Conventionally, as a method for producing silicon hydride, several methods are known as exemplified below.

Among them, the method of reacting a silicon alloy according to the present invention, particularly magnesium silicide with an acid, has long been known as the easiest method.
That is, the methods (1) and (2) are advantageous over other methods in that an expensive reducing agent is not required (compared to), and a reaction can be performed at around room temperature and pressure (compared to). In particular, when disilane (Si ₂ H ₆ ) is produced, it can also be obtained by reducing expensive hexachlorodisilane (Si ₂ Cl ₆ ) with a metal hydride by, for example, the method described below. Very easily with disilane (Si ₂ H ₆ )
Can be obtained.

However, in the method (1), a side reaction of a silicon compound having a siloxane bond cannot be avoided by a side reaction, and the conversion rate of silicon to silicon hydride in the silicon alloy (hereinafter referred to as yield) is low, and SiH ₄ and Si It had the drawback that the production rate of ₂ H ₆ remained unchanged. (The total yield of SiH ₄ and Si ₂ H ₆ is about 30%, (SiH ₄ / Si ₂ H ₆ ) molar ratio ~ 2 (Si atom base)) For example, Journal of the Chemical Society ), 1131 (1
946)) Further, as the reaction progresses, viscous black solids accumulate in the reactor, so that they adhere to the wall of the reactor, which lowers heat transfer and results in poor stirring. There was also. The present inventors have made diligent efforts to solve this problem, first, an organic solvent such as an ether compound or a hydrocarbon is allowed to coexist in the reaction system, and a by-product higher silane soluble in the organic solvent is produced. by methods such as by lower into SiH _4, Si ₂ H _6, the total yield of SiH _4, Si ₂ yield of H ₆ was proposed to improve by a large margin (SiH ₄ and Si ₂ H ₆ 60 To 70%, for example, Japanese Patent Application Nos. 58-245772, 58-245773, 59-11938059-034830, 59
-110703, 59-109358, 59-110704, 59-113194, 59-10646
1, 59-175663, 59-175662).

However, even according to the invention, it is difficult to arbitrarily change the production ratio of SiH ₄ and Si ₂ H ₆ , and it is almost (SiH ₄ / Si ₂ H ₆ )
The value of the molar ratio was within a narrow range of 1 to 2 (Si atom base).

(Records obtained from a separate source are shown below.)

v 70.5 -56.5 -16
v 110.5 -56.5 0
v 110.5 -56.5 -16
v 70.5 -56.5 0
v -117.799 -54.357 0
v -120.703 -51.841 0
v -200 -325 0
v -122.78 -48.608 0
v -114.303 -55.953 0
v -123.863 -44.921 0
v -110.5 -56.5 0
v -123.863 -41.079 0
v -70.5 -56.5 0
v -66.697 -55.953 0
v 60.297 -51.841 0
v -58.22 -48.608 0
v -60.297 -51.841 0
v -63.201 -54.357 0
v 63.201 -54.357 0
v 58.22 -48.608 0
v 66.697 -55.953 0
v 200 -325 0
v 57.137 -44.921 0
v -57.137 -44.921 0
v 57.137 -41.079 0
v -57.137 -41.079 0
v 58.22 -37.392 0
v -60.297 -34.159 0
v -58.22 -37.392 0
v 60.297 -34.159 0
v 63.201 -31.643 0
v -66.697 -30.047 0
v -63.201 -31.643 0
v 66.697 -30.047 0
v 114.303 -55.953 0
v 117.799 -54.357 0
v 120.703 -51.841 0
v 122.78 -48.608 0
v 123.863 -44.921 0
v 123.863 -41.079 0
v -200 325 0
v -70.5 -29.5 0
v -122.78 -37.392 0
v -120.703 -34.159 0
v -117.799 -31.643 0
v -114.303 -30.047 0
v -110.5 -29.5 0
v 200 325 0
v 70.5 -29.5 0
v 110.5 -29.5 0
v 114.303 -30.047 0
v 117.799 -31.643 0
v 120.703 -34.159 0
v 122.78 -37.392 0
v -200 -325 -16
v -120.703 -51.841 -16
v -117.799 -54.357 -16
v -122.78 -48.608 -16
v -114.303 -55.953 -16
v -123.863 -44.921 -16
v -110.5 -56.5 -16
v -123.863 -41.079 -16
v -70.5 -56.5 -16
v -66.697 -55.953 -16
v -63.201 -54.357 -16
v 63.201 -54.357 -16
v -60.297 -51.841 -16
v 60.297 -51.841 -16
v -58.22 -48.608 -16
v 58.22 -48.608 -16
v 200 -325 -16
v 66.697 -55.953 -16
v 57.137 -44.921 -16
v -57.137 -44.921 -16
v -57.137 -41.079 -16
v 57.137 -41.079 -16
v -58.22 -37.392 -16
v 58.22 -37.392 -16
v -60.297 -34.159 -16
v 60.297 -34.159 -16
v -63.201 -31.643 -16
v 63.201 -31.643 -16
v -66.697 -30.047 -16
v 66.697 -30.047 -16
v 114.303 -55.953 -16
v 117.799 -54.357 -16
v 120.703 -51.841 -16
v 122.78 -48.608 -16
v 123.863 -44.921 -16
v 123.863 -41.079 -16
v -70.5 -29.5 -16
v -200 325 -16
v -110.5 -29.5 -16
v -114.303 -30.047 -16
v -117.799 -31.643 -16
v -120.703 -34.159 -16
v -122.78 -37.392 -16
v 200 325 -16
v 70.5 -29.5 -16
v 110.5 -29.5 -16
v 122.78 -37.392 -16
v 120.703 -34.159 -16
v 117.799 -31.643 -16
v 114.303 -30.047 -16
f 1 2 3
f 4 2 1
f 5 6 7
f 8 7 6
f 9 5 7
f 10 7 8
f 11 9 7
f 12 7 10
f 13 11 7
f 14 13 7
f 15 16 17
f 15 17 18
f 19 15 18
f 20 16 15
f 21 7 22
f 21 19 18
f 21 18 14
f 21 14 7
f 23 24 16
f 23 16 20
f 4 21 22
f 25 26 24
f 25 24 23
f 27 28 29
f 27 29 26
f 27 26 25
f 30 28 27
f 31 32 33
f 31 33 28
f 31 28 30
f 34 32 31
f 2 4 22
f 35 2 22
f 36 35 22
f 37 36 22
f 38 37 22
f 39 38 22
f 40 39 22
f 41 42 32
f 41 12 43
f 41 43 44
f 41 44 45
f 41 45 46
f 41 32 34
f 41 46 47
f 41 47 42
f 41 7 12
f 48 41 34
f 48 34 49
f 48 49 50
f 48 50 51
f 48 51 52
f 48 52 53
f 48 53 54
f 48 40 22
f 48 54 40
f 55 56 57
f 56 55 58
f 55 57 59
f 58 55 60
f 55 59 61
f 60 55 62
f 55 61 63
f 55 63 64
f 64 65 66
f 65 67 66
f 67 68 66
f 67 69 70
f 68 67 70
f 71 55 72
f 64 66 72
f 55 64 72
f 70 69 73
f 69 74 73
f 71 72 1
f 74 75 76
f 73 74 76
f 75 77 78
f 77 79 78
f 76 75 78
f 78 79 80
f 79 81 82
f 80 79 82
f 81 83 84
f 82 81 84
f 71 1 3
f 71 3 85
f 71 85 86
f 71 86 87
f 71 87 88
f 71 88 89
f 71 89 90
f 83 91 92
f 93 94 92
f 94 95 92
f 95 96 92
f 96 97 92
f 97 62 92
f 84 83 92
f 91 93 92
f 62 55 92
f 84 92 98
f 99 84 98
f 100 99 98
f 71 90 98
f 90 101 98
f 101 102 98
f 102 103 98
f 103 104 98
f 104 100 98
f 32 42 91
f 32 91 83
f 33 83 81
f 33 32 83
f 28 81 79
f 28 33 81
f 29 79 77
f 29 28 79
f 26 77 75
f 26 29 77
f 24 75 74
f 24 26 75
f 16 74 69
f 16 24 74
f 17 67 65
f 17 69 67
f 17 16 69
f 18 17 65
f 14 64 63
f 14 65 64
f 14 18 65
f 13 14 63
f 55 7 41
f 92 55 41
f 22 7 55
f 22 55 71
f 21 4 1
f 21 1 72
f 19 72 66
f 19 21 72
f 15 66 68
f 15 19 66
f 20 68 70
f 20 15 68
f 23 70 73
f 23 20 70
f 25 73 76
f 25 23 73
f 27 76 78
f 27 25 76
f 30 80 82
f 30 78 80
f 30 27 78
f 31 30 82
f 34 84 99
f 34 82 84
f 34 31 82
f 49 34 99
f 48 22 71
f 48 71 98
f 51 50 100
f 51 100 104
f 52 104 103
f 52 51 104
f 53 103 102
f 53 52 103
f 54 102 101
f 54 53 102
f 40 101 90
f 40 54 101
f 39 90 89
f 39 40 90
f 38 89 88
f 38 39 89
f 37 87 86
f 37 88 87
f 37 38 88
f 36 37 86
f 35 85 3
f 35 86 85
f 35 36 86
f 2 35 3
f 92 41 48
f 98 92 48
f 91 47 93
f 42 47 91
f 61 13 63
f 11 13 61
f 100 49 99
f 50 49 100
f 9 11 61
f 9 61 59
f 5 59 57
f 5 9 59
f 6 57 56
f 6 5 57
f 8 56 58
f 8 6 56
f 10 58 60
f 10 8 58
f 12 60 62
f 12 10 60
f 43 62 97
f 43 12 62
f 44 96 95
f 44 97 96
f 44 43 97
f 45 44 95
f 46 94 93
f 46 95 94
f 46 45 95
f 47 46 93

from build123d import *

# Parameters (mm, degrees)
SKETCH_1_W          = 400
SKETCH_1_H          = 650
EXTRUDE_1_DEPTH     = 16
CUT_EXTRUDE_1_DEPTH = 382.943713131


with BuildPart() as part:
    # 草图1 → 凸台-拉伸1 (new body)
    with BuildSketch(Plane.XY):
        Rectangle(SKETCH_1_W, SKETCH_1_H)
    extrude(amount=-EXTRUDE_1_DEPTH)

    # 草图2 → 切除-拉伸1 (cut, through all)
    with BuildSketch(Plane.XY):
        with BuildLine():
            Line((70.5, -29.5), (110.5, -29.5))
            ThreePointArc((110.5, -29.5), (124, -43), (110.5, -56.5))
            Line((110.5, -56.5), (70.5, -56.5))
            ThreePointArc((70.5, -56.5), (57, -43), (70.5, -29.5))
        make_face()
        with BuildLine():
            Line((-70.5, -56.5), (-110.5, -56.5))
            ThreePointArc((-110.5, -56.5), (-124, -43), (-110.5, -29.5))
            Line((-110.5, -29.5), (-70.5, -29.5))
            ThreePointArc((-70.5, -29.5), (-57, -43), (-70.5, -56.5))
        make_face()
    extrude(amount=-CUT_EXTRUDE_1_DEPTH, mode=Mode.SUBTRACT)


solid = part.part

In one method, although the yield of SiH ₄ was high (70
, 80%), and the low yield of Si ₂ H ₆ (usually 5%)
Less than). Of course, it is difficult to arbitrarily change the generation ratio of both.

The present inventors diligently studied the improvement of Si ₂ H ₆ yield, which is a problem in the reaction between these silicon alloys and acids, and a method of arbitrarily controlling the production ratio of SiH ₄ and Si ₂ H ₆ , The present invention has been completed.

That is, the present invention is characterized in that in the method for producing SiH ₄ and Si ₂ H ₆ by causing an alloy of silicon and magnesium and an acid to act, the alloy contains a third component element. According to the present invention, Si ₂ H ₆
It is possible to significantly improve the yield, and SiH ₄ and Si
The production rate of ₂ H ₆ can be controlled arbitrarily.

DETAILED DESCRIPTION OF THE INVENTION The present invention provides a method for producing a silicon hydride represented by the general formula Si _n H _{2n + 2} (n is a positive integer) by reacting an alloy of silicon and magnesium with an acid. In the alloy, in the periodic table except for oxygen, nitrogen and silicon, IIIB,
Addition rate of element of IVB, VB or VIB subgroup to silicon in alloy (100 x g of added element / g of silicon)
The number of atoms is 0.5% to 20%.

In the present invention, the reaction between the silicon alloy and the acid is carried out by water or ammonia, hydrazine, ethylamine, hexylamine, ethylenediamine, piperidine, aniline, nitrogen-containing organic compounds such as pyridine, or diethyl ether, ethylene glycol dimethyl ether, tetrahydrofuran, dioxane. It can be carried out in a solvent such as an ether compound such as anisole or a mixed solvent thereof, and among these, water, ammonia and hydrazine are particularly preferable.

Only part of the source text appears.